Given records:
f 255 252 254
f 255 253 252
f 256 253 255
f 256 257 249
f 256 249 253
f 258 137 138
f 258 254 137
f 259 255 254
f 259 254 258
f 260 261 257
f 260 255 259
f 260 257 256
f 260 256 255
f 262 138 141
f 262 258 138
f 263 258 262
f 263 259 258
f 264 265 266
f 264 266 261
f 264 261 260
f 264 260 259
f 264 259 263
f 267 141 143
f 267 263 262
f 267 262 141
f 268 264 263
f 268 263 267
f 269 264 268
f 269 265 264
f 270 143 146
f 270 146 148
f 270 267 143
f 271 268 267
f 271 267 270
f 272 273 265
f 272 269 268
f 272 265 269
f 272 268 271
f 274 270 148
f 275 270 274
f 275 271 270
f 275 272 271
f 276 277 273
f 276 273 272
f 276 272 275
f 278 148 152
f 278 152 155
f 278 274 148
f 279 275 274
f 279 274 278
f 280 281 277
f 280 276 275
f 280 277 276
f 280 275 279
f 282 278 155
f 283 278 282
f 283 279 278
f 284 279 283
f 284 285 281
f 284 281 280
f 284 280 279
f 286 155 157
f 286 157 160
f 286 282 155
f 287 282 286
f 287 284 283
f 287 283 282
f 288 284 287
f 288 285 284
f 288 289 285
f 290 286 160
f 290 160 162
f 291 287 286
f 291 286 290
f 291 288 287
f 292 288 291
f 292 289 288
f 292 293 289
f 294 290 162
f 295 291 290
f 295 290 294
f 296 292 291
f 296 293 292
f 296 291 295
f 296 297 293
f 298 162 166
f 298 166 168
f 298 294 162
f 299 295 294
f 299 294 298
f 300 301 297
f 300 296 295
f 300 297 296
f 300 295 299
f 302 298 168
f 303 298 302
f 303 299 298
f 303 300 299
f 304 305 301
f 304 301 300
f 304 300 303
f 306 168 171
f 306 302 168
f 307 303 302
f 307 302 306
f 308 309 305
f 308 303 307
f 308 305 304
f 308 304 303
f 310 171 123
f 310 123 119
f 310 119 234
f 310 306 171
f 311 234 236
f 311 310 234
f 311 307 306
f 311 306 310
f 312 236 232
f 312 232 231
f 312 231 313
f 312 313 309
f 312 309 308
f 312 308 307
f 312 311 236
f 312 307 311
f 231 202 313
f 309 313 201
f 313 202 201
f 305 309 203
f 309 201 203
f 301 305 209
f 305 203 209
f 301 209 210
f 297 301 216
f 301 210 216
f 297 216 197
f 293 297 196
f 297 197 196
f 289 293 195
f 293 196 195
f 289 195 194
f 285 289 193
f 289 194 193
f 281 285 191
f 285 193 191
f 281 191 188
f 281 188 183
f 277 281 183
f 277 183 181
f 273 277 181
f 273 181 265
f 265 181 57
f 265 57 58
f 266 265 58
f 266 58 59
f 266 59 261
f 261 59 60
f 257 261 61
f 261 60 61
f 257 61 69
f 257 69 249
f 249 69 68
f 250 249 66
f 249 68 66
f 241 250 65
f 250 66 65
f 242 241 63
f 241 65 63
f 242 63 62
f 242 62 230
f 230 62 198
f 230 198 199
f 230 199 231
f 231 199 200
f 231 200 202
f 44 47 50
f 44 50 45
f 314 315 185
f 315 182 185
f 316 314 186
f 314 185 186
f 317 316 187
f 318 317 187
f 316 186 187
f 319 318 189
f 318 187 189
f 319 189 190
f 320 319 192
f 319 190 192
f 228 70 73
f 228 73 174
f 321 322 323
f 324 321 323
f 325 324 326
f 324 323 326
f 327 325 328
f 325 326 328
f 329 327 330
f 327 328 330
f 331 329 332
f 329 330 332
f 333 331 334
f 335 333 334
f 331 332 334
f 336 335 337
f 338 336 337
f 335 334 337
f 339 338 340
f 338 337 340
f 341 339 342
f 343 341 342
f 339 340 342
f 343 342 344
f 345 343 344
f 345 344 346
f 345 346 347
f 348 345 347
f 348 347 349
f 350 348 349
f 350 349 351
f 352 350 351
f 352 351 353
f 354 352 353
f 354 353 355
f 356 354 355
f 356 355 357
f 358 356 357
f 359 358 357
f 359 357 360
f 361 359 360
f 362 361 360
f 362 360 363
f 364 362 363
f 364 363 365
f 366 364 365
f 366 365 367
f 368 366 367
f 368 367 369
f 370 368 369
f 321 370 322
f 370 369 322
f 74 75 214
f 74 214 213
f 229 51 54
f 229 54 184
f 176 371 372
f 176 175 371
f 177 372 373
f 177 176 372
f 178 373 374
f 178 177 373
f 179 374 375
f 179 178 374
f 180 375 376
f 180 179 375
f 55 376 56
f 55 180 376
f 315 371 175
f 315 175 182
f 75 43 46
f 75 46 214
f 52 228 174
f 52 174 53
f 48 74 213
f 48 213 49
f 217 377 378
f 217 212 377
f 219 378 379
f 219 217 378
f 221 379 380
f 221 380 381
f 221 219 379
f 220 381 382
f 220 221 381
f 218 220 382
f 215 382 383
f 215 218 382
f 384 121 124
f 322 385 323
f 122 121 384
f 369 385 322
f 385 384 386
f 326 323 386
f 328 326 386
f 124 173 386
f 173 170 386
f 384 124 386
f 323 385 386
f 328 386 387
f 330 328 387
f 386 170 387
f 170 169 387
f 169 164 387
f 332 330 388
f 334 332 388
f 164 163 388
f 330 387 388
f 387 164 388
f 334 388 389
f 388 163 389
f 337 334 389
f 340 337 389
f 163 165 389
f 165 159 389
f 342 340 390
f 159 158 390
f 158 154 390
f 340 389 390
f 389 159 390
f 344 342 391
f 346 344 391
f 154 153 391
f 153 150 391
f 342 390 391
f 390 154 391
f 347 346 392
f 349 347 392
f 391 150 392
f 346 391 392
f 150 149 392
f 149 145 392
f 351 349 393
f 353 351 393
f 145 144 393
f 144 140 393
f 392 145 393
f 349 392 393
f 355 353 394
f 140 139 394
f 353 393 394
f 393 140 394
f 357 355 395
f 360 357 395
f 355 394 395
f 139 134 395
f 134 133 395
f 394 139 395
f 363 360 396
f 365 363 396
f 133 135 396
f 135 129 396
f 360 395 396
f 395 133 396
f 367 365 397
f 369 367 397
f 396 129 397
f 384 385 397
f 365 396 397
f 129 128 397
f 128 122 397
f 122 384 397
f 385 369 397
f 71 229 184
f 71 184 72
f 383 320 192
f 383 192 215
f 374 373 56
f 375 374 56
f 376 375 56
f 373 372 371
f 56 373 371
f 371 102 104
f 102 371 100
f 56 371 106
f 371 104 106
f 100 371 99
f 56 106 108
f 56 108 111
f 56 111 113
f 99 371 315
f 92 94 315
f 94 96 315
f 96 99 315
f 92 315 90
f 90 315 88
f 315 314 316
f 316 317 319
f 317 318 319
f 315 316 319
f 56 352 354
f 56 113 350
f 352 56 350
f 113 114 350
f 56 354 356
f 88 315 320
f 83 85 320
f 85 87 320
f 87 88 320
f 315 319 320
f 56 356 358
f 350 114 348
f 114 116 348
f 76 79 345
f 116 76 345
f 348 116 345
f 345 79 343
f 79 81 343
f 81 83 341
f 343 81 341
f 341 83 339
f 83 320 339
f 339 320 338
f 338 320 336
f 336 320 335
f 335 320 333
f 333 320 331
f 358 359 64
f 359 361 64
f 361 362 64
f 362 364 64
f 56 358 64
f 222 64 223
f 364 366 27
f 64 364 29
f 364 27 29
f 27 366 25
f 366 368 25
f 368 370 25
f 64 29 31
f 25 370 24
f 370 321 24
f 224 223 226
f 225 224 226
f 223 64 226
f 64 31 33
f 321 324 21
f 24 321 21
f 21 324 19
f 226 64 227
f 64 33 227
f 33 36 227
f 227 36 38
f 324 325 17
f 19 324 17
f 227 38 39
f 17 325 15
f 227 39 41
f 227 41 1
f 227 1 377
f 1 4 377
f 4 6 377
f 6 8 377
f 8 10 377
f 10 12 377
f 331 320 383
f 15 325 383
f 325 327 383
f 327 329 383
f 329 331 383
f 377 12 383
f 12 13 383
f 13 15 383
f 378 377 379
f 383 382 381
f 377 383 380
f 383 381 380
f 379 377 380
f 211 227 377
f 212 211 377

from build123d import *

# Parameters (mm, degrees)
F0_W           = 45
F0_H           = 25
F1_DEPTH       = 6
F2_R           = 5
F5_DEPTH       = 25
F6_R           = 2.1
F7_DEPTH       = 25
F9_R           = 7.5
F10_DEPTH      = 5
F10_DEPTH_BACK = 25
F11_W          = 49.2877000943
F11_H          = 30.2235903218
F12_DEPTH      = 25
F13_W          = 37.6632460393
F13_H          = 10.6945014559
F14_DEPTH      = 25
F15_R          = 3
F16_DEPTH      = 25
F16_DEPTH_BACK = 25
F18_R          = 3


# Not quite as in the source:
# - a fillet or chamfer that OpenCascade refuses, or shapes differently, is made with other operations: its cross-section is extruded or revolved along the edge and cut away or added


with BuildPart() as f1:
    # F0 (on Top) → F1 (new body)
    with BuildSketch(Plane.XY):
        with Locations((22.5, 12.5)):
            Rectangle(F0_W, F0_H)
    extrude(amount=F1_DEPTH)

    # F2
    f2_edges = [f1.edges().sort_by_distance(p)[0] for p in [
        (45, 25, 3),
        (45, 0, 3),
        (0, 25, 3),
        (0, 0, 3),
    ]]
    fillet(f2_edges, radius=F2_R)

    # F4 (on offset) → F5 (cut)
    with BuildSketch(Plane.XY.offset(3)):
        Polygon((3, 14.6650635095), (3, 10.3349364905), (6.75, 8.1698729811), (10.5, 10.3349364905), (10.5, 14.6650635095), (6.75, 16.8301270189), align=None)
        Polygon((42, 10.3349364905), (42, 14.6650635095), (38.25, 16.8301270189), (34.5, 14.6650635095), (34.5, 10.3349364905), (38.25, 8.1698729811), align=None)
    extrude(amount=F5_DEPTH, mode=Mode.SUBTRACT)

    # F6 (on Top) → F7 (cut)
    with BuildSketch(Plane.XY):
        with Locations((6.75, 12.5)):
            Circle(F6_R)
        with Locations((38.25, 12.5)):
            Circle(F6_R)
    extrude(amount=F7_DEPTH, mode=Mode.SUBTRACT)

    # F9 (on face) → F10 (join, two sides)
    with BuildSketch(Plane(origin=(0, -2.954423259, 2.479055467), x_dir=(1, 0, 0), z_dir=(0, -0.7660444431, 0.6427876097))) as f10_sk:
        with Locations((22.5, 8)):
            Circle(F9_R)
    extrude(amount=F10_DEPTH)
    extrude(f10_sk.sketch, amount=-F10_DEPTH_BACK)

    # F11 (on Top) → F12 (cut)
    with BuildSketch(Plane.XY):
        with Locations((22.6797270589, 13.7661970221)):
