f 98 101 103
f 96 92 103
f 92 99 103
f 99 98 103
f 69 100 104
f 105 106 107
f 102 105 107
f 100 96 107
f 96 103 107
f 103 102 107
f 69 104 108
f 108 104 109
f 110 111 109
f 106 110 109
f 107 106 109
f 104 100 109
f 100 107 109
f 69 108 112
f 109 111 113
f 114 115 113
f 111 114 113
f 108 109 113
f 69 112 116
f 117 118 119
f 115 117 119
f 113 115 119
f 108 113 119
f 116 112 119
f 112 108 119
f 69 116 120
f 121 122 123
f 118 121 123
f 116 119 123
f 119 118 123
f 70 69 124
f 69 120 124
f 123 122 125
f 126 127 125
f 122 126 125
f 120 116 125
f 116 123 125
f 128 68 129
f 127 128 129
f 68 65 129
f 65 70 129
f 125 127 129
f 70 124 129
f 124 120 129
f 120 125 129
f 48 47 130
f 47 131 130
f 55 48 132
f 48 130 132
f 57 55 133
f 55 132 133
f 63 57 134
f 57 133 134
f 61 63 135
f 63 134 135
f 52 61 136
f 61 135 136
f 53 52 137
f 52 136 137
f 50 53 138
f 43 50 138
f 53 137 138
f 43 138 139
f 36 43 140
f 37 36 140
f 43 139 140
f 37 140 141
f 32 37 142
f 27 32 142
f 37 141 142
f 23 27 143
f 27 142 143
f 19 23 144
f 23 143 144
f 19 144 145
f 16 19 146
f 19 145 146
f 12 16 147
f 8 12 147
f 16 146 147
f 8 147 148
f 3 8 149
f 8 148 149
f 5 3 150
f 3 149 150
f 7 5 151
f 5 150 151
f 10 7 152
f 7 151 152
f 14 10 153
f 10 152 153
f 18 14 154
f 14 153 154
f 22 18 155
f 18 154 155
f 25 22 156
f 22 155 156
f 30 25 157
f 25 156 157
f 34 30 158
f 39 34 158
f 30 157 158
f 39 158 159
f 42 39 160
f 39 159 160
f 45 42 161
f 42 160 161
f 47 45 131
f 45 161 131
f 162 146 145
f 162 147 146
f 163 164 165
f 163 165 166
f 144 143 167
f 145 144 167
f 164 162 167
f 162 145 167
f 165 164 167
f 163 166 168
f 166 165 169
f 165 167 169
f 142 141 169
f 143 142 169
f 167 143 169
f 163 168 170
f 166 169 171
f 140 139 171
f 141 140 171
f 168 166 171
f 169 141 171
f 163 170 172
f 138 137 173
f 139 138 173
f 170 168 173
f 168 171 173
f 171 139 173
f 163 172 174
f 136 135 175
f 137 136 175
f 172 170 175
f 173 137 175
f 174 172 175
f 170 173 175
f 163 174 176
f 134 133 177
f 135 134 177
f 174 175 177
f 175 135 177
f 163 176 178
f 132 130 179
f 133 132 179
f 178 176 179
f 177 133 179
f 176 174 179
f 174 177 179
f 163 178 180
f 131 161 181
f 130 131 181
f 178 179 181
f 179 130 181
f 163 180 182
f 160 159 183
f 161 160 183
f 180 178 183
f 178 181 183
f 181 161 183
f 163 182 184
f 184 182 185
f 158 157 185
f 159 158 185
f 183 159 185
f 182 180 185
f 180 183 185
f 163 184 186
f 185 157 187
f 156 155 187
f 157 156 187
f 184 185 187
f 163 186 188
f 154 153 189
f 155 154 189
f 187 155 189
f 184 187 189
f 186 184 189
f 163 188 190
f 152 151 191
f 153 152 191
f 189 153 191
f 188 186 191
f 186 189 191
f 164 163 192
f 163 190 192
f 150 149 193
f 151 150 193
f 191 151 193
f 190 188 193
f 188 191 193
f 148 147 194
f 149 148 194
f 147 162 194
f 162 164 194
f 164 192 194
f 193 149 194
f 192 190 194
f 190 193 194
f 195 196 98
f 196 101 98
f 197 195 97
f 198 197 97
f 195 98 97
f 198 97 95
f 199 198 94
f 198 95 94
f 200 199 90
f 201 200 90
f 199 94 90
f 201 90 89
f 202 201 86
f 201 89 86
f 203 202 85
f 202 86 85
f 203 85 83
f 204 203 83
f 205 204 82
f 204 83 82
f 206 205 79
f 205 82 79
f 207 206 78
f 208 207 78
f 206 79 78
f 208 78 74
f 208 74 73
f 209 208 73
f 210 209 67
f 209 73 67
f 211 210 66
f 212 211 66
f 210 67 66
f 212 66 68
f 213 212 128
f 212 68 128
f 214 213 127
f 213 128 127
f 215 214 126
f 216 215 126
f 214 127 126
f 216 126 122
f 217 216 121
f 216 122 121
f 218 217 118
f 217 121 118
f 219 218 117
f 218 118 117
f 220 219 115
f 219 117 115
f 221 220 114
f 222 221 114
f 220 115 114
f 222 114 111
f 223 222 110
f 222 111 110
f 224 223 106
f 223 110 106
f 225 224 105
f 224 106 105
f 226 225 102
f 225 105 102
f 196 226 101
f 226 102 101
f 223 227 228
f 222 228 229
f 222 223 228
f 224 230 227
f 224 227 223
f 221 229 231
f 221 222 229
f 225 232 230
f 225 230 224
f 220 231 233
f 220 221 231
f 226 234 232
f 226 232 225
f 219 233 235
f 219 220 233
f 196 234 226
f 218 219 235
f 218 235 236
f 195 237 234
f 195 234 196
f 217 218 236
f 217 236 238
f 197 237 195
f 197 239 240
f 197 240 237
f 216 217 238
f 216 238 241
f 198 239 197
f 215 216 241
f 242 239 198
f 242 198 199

Required action: Reproduce each line of the material in which the string "SUBTRACT" occurs.

Response to this task:
    extrude(amount=F5_DEPTH, mode=Mode.SUBTRACT)
    extrude(amount=F7_DEPTH, mode=Mode.SUBTRACT)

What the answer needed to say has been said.